__YOUR ASSIGNMENT__
Find every line in the records below that contains the word "Reversed", and copy each such line.

__RECORDED INFORMATION__
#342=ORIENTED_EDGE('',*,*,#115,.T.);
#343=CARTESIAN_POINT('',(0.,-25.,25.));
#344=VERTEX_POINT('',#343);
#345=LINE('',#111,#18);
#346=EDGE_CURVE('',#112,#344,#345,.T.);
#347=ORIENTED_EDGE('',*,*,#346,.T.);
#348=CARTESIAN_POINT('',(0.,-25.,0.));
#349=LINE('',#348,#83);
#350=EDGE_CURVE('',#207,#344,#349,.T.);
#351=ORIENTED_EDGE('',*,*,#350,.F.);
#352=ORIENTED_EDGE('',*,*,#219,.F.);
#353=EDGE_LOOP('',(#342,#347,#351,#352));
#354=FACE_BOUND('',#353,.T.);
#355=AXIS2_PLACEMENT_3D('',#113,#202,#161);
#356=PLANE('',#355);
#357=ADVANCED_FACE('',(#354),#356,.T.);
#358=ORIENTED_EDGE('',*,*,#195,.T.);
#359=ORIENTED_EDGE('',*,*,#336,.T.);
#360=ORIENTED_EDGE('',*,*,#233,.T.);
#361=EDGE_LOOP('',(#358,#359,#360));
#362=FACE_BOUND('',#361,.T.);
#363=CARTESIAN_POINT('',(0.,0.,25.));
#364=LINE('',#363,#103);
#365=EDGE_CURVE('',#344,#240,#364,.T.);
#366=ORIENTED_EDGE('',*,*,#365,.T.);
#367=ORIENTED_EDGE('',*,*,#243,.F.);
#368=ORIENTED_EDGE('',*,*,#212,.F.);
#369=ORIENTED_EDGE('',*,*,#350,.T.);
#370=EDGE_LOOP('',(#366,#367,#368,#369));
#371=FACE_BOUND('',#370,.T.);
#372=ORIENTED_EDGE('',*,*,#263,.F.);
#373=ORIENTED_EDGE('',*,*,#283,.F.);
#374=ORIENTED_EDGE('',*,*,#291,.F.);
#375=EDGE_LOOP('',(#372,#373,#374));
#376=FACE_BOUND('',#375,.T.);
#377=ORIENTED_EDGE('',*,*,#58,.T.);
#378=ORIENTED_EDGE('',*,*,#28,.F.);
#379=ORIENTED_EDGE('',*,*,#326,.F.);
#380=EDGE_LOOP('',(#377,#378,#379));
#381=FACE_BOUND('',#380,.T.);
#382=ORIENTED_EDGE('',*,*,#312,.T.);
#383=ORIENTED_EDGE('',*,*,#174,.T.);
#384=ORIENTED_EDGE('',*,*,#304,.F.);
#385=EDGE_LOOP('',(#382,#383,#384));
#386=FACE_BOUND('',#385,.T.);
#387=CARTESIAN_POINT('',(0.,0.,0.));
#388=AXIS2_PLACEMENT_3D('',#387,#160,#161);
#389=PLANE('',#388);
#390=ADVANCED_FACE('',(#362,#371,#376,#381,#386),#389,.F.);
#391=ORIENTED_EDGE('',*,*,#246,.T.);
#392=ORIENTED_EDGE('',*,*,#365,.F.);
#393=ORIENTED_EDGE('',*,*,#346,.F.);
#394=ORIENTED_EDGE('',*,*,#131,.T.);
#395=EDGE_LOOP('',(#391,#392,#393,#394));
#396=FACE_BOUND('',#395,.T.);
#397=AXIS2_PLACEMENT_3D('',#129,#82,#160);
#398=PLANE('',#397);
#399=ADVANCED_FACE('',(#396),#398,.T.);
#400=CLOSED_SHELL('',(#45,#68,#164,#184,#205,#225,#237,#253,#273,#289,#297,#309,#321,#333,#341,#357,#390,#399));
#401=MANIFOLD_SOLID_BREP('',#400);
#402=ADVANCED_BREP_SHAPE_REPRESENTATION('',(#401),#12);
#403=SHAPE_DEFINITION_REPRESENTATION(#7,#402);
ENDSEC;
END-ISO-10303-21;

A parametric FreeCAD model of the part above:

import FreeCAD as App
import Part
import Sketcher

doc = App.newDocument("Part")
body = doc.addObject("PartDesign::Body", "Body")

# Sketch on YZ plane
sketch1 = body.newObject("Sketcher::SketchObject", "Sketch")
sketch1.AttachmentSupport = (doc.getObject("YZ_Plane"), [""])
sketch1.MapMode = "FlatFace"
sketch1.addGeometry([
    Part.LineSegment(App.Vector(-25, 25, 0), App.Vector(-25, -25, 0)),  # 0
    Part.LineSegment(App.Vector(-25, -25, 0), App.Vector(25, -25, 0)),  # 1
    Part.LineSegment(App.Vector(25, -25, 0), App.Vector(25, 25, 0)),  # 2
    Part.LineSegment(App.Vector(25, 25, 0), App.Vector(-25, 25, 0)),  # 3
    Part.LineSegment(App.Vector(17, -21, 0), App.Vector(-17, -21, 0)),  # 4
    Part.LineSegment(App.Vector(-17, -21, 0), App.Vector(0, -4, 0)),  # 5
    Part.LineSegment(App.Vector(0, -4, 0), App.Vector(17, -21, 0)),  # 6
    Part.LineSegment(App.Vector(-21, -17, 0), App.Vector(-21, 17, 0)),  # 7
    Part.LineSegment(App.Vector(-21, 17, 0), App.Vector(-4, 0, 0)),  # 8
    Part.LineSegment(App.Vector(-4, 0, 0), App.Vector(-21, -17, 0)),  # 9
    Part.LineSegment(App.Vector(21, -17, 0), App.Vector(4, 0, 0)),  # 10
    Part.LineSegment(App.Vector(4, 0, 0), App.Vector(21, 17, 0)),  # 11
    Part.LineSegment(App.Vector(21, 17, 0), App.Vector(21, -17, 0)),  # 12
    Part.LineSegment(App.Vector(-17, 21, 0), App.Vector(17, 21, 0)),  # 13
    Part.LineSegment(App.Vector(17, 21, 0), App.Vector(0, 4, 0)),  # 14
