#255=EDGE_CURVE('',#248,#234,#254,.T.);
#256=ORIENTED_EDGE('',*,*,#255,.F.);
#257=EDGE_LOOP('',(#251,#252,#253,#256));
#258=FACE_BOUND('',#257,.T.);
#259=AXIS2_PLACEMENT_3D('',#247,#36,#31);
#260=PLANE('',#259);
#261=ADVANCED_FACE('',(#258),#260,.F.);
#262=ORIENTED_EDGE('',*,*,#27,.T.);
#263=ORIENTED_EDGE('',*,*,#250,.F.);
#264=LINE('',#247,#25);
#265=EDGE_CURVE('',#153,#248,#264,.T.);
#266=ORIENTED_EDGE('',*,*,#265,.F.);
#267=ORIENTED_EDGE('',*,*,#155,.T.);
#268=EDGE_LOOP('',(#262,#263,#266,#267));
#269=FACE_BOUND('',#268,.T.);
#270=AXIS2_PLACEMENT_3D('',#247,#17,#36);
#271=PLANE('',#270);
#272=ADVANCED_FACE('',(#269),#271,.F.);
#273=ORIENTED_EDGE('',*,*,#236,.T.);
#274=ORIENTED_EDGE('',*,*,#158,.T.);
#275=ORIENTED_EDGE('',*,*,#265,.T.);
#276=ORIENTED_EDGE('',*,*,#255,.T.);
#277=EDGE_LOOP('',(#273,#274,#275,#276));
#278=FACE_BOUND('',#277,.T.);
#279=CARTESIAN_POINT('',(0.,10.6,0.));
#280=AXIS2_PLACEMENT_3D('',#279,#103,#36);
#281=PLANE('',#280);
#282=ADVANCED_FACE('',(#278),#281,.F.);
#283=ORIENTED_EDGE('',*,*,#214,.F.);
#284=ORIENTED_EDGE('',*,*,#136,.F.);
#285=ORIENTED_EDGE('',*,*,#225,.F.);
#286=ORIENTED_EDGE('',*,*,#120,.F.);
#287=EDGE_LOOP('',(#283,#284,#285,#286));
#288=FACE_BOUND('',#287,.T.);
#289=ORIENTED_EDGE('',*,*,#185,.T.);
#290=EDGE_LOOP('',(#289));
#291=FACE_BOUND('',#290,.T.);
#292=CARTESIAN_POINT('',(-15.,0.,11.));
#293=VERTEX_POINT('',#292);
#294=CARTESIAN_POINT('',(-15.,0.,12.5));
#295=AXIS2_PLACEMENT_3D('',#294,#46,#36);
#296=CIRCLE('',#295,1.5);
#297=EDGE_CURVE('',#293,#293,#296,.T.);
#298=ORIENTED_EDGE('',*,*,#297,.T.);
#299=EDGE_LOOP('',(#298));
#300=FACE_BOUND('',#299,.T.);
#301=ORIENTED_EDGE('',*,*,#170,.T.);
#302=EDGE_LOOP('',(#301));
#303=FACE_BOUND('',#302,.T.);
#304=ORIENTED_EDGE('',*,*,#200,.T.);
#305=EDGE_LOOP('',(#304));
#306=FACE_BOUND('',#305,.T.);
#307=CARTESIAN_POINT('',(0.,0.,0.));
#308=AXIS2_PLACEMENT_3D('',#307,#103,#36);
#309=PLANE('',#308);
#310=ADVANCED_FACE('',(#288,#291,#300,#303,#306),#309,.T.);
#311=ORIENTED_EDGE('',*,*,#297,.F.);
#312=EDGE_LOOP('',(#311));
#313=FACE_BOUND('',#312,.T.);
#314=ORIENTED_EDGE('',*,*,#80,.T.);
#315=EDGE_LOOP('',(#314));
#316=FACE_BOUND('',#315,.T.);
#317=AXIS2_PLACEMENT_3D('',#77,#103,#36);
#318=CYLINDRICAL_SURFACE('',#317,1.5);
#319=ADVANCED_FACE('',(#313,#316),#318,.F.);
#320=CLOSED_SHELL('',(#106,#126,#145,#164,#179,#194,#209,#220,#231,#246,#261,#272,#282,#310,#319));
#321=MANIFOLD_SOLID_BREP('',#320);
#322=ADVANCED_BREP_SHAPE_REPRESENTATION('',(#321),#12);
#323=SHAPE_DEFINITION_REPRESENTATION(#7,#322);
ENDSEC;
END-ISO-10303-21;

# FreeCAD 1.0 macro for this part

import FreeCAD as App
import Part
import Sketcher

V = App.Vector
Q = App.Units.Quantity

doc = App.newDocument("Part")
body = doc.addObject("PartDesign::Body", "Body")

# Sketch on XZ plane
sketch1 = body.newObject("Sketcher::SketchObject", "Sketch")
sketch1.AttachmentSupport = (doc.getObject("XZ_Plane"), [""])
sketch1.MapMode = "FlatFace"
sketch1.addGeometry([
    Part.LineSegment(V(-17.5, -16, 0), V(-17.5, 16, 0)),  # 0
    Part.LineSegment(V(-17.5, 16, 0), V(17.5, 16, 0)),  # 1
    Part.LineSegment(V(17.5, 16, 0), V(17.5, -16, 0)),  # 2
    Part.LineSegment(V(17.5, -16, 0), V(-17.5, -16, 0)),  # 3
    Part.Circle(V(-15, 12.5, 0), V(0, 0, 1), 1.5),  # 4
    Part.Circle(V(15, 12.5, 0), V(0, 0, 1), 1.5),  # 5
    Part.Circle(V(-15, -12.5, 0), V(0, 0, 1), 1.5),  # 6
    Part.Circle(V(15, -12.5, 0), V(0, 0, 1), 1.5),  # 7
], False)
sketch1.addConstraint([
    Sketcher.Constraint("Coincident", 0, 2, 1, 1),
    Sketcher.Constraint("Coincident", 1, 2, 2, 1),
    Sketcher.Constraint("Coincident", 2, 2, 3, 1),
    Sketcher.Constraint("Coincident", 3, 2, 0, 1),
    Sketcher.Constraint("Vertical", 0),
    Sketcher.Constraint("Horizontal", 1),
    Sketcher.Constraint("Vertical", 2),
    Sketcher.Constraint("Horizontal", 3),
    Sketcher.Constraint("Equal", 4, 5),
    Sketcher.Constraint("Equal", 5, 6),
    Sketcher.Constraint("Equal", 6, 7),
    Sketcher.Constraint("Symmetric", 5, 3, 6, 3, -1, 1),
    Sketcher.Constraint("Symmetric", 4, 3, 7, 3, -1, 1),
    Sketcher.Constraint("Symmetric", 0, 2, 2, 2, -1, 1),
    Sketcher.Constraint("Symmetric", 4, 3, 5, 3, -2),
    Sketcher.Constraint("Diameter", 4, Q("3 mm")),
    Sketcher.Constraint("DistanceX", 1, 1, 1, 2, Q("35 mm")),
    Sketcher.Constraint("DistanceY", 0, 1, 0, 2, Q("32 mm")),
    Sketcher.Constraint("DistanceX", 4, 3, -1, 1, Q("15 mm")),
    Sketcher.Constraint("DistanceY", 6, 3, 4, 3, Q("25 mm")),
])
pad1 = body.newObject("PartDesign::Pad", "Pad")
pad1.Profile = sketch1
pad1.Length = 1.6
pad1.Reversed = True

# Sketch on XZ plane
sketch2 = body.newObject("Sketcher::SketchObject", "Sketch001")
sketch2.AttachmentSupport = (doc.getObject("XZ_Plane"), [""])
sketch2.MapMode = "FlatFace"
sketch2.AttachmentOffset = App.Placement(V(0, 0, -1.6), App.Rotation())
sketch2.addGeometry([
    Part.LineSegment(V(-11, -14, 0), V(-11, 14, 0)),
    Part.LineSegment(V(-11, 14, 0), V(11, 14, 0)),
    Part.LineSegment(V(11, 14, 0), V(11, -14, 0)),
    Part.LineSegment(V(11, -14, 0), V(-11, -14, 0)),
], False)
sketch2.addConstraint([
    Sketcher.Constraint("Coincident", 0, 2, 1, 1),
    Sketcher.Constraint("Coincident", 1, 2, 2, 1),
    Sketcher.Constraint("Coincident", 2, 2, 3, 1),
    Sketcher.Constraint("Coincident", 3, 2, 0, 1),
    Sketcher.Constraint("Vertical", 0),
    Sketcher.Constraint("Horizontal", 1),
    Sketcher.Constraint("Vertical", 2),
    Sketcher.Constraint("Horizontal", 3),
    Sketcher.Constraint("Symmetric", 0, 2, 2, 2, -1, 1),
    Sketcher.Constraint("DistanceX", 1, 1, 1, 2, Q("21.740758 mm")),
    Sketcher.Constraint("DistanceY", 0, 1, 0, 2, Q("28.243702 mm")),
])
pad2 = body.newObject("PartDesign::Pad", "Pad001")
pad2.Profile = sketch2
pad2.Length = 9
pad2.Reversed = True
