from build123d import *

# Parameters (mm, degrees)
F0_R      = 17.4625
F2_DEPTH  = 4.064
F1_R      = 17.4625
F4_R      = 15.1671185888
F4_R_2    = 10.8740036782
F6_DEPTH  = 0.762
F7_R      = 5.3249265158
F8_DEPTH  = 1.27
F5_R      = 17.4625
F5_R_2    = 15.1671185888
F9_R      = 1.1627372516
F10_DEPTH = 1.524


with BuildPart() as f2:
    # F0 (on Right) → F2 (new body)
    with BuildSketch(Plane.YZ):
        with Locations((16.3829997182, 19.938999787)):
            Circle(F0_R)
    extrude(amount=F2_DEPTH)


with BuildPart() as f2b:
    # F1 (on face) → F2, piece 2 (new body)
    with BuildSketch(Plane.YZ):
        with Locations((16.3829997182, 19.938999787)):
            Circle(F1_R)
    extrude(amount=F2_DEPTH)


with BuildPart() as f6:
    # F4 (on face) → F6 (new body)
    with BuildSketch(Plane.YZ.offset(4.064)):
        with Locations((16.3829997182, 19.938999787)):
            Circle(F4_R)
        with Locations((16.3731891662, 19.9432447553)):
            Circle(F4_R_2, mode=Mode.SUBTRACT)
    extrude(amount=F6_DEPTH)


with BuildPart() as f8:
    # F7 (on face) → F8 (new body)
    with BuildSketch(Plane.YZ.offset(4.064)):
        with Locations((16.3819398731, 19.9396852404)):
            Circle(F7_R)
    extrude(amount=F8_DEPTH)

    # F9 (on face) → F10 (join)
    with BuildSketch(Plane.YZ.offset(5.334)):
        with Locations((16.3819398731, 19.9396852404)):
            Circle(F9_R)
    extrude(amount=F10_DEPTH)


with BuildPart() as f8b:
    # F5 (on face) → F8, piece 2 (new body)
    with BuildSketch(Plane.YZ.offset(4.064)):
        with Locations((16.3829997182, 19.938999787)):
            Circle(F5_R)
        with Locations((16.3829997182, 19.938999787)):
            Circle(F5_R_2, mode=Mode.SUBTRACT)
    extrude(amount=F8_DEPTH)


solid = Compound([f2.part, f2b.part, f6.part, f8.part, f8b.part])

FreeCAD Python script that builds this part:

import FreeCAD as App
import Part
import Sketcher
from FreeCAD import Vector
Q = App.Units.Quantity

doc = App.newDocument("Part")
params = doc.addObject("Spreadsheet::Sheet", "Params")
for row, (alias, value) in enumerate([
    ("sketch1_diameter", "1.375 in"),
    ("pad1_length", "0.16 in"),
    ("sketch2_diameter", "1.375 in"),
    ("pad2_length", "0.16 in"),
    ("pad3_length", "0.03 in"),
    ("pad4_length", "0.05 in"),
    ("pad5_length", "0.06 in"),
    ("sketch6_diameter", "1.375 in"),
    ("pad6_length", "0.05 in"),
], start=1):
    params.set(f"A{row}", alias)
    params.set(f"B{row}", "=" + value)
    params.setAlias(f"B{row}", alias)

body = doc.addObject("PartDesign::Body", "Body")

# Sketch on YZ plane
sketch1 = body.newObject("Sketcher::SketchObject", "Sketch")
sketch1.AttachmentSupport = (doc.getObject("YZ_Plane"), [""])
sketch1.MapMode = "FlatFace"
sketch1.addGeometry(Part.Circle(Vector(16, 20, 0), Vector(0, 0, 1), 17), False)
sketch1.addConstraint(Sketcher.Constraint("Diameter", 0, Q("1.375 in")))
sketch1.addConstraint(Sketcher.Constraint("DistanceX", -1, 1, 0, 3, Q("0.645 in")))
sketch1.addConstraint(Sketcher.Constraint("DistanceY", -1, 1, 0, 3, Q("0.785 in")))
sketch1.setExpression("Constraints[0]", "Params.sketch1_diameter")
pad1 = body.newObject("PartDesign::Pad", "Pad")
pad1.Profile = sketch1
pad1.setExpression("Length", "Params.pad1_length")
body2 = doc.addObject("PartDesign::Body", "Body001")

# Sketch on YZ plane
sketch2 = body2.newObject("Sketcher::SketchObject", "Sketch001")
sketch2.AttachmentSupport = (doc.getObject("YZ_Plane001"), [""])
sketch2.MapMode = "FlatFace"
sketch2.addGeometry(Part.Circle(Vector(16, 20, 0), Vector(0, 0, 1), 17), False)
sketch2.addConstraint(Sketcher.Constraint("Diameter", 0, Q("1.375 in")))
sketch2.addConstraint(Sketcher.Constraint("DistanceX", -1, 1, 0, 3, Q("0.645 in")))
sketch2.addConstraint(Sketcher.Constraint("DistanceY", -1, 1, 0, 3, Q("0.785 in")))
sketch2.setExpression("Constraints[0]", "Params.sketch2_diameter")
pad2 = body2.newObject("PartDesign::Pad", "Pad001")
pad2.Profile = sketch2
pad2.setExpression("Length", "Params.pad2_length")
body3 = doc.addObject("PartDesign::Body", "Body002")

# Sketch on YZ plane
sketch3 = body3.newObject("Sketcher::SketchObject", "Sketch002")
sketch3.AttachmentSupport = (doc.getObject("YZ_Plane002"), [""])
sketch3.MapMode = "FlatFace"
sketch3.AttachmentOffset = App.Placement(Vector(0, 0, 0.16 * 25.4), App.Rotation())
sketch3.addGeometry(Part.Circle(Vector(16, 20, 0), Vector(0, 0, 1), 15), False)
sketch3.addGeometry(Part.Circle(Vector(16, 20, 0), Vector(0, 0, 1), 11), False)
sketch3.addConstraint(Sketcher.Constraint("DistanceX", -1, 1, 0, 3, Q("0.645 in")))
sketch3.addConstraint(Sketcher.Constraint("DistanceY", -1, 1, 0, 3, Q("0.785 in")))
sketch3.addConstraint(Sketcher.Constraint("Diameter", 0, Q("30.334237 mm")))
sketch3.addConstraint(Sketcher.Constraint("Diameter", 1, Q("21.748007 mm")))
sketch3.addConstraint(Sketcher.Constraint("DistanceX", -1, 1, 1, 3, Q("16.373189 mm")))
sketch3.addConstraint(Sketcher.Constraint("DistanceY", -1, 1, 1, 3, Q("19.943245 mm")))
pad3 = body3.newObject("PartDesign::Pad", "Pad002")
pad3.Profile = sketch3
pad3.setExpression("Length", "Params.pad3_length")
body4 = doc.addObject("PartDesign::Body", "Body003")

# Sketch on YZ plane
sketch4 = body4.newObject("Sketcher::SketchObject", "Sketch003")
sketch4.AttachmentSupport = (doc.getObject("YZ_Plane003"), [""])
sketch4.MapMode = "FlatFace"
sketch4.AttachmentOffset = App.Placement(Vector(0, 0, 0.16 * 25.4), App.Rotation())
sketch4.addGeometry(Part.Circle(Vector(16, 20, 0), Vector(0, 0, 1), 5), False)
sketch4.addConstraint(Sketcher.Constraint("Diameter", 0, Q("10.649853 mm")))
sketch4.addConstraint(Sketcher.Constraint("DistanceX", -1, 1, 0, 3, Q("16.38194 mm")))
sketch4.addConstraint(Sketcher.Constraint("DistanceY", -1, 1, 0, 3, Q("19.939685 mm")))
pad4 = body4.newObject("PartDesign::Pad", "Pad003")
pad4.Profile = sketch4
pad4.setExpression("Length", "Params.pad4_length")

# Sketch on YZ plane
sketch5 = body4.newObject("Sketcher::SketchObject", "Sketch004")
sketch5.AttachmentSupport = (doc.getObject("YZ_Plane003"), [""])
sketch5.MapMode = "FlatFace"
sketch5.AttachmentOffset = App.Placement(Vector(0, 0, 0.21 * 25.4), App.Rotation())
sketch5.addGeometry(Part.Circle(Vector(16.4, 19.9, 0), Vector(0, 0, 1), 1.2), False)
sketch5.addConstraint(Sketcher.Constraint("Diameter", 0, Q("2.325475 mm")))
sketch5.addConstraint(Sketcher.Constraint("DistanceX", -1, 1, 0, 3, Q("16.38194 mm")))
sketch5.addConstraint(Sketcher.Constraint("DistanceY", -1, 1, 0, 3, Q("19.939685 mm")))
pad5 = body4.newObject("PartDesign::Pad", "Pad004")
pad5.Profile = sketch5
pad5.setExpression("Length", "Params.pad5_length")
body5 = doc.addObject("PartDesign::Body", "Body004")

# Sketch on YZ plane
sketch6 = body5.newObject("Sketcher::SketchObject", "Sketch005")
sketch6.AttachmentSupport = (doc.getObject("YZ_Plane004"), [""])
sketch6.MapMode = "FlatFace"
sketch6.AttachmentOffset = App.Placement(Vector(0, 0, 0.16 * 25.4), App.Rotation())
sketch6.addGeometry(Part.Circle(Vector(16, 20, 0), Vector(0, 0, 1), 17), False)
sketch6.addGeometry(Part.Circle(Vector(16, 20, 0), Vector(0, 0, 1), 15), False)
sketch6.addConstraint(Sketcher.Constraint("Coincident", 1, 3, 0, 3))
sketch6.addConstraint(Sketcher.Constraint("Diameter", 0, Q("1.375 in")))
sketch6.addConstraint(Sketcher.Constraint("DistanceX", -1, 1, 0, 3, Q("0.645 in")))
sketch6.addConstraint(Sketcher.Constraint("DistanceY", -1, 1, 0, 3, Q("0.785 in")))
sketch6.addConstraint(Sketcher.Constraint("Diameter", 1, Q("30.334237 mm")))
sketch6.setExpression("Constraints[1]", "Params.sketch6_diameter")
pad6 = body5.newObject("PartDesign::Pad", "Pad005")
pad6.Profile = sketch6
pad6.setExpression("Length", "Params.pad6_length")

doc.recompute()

__WRITTEN REPLY__
pad1.Reversed = True
pad2.Reversed = True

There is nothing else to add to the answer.